Blake was hovering above me, chewing his thumb. “Hey.”
“Hey,” I replied, sitting up to try to clear my head.
He sat on the edge of the bed, his head down. Then his gaze lifted and locked with mine. “I’m gonna take off. I just wanted you to know . . . so you don’t wake up in the morning and wonder what happened.”
He was leaving?
I sat up straighter and tried to stop myself from throwing up. Not because of the alcohol but because of what was happening. And even though I’d expected it to happen, even needed it to happen, I’d never wanted it to happen. Not for a second. “Okay.”
All it took was that single word—that one response of approval—and I could see his heart shatter right in from of me. He sniffed and looked away. I followed his gaze, and my heart tightened like a vise. His bags were already packed. “Now?” I squeaked.
He stood up slowly. “I got another room for the night.
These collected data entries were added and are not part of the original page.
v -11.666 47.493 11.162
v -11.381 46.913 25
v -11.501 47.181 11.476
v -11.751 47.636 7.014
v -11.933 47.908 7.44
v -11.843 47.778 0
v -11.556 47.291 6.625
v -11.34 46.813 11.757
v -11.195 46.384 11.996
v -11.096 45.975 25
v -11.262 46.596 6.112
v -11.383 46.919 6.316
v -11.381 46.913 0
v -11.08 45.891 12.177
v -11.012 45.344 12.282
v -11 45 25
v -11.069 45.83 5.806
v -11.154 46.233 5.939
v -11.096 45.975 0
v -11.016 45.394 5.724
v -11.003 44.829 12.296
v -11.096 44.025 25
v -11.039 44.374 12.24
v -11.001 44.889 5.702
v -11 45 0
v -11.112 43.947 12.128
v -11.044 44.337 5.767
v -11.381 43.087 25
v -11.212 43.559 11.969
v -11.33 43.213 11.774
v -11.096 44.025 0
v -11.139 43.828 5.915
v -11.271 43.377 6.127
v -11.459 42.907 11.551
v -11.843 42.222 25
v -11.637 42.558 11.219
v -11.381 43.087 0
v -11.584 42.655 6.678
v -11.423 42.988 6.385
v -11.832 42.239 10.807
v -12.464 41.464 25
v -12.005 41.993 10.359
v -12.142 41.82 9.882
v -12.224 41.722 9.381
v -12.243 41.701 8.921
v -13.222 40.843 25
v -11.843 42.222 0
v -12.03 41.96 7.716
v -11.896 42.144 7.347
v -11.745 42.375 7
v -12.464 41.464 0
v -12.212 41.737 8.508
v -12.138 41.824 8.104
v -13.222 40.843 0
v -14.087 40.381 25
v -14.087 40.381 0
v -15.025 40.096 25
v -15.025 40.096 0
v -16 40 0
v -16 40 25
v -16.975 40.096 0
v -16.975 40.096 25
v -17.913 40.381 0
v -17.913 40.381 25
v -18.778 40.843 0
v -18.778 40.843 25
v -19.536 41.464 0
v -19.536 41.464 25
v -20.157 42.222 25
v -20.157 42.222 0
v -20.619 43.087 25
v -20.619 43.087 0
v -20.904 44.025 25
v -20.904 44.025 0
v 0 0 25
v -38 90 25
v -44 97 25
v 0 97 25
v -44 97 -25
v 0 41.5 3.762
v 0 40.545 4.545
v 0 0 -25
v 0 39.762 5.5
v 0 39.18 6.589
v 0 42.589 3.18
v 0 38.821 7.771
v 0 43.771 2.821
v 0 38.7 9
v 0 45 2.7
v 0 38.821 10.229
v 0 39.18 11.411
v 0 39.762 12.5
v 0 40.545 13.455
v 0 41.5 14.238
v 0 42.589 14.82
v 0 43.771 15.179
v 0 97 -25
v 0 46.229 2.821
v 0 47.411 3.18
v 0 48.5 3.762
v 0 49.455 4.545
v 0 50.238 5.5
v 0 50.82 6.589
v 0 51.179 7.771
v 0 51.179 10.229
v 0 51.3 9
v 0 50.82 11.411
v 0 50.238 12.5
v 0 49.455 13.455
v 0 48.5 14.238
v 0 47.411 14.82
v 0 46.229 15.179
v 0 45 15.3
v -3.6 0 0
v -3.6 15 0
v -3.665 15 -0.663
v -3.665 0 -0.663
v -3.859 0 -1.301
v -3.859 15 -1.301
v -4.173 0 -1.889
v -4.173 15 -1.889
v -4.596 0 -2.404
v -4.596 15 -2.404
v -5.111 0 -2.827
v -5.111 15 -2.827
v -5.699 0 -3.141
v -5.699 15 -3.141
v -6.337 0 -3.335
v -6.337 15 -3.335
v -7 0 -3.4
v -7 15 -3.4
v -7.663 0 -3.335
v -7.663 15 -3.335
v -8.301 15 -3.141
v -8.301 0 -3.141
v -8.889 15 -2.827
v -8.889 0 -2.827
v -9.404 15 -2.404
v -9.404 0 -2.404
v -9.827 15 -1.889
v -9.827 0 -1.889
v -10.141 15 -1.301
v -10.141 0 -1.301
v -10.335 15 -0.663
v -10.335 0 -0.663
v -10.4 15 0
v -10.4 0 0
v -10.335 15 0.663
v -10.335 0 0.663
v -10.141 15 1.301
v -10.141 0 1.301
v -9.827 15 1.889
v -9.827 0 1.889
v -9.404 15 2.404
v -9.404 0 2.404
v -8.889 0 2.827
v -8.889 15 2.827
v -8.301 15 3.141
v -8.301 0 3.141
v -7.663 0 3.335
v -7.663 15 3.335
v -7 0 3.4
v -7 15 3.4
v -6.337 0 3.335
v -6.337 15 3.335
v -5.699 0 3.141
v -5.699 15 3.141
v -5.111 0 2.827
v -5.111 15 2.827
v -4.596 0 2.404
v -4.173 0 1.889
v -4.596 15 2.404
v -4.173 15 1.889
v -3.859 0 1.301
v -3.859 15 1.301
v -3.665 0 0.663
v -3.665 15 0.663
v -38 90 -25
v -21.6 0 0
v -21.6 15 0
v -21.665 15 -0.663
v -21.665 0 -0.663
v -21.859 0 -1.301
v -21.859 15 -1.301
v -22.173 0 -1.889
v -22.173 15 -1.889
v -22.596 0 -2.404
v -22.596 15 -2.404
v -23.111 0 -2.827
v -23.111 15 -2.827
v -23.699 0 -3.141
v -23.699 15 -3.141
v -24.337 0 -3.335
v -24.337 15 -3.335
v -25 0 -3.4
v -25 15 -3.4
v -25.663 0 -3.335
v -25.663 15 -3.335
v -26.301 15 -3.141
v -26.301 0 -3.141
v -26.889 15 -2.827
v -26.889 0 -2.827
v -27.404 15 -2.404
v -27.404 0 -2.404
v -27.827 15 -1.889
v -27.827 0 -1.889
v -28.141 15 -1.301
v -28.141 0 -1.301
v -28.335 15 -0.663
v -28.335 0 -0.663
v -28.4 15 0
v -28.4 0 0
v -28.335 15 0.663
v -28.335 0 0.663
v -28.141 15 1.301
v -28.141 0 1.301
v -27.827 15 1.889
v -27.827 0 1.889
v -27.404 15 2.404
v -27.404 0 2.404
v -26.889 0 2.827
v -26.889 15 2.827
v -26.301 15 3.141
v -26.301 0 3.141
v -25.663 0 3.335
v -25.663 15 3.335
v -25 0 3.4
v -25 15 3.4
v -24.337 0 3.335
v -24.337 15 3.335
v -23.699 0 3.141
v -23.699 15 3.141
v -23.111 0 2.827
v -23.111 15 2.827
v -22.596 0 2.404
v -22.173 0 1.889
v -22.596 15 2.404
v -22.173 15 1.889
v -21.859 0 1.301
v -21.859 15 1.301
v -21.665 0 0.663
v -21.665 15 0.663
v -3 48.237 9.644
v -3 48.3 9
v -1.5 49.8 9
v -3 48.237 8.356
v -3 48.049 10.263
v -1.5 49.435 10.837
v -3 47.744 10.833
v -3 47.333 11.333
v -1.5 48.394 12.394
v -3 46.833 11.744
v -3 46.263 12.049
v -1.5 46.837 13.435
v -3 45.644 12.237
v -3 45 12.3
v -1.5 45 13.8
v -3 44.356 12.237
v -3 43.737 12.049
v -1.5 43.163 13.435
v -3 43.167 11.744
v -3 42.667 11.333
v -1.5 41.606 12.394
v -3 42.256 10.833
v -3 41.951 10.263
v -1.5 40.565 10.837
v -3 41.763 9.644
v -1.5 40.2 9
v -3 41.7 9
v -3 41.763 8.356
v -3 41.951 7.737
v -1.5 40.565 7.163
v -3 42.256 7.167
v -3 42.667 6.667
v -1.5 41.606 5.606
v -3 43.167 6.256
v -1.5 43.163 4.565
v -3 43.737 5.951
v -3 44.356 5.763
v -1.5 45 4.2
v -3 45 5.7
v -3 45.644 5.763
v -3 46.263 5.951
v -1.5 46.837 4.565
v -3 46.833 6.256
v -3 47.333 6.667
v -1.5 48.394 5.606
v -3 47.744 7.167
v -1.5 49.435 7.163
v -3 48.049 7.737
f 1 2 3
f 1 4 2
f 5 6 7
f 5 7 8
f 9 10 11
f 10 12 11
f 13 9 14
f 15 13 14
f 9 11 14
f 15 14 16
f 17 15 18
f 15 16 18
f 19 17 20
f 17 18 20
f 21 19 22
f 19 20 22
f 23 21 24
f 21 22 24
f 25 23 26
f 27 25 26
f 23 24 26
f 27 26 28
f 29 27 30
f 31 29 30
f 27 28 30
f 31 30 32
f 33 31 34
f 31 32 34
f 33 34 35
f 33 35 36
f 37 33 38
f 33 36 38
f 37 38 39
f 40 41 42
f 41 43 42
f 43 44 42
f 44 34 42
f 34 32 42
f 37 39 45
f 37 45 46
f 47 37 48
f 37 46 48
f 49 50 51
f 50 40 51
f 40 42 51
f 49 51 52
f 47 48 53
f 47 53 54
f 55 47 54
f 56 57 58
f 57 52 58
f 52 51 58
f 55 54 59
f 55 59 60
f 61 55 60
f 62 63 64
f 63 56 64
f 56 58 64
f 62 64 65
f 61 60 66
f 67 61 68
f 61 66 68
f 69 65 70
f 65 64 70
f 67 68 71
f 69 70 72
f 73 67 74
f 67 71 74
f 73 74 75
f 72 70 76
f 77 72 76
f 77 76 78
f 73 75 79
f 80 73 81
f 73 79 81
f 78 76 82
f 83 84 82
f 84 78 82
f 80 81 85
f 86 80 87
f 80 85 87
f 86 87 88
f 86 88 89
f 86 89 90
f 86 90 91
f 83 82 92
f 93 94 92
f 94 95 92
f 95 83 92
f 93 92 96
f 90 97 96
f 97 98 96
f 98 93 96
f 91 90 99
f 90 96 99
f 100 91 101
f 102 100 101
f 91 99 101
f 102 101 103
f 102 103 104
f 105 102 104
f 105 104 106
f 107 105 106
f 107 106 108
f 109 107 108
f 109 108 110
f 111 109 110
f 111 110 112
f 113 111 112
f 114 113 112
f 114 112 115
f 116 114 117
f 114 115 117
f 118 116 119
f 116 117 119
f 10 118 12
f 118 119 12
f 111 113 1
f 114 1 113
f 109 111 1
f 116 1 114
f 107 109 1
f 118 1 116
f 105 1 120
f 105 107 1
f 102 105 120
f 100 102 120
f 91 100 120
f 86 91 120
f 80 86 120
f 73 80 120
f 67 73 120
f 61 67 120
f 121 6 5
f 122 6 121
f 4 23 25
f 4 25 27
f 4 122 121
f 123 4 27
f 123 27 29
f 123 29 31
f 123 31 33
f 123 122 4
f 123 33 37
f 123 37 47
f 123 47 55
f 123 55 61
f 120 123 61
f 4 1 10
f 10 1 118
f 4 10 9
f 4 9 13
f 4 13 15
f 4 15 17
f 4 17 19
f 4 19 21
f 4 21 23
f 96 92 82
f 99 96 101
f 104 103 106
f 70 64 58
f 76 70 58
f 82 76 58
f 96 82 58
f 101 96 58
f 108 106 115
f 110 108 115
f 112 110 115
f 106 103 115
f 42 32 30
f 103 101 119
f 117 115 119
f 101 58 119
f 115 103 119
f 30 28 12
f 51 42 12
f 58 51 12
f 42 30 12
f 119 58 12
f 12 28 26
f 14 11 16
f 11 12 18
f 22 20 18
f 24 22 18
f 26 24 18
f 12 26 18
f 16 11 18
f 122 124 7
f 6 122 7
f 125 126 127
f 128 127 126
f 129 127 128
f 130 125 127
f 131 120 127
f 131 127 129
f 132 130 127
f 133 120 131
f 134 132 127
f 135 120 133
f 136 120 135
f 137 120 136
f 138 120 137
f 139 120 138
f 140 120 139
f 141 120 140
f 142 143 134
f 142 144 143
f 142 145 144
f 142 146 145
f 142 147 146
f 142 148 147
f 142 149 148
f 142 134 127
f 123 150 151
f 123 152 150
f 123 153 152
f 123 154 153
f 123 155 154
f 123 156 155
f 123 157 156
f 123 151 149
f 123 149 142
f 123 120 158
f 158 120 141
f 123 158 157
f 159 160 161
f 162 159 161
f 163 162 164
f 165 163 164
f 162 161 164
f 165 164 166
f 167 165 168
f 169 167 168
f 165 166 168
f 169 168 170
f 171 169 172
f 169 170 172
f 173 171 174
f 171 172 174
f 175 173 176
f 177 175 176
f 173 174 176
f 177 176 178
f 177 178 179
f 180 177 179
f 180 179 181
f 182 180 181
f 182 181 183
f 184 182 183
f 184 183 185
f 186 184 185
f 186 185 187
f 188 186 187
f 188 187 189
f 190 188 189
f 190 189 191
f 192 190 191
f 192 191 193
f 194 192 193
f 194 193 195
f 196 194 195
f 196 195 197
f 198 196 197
I’m leaving in the morning. You can have the car until you get something else, then just contact my mom. She’ll take care of it.”
The ache in my chest became so painful I wanted to reach in and rip my heart out, throw it against the wall, and watch it as it slowly stopped beating and died. Maybe that was what was happening to me; maybe I was slowly dying.
I nodded.
He reached for his bag, picked it up, and took one step toward the door.
And that was when it happened.
My heart kicked back in, and I panicked. I lost all restraint from earlier. I jumped to my feet on the bed and wrapped my arms around his neck. “Blake, please,” I cried.
He dropped his bag and turned to me, but his hands didn’t touch me. “What, Chloe? What do you want?”
“Don’t,” I begged.
He shook his head. “Don’t what? I don’t know what the hell you want.”
All I could do was cry. The words were there. Don’t leave me. But I just couldn’t bring myself to say them out loud—to break the promise I’d made myself to never let anyone in.
He removed my arms from around him and took a step back, the sadness and regret clear on his face. “You can’t even say it, can you? You don’t even know what you want.” He took another step closer to the door.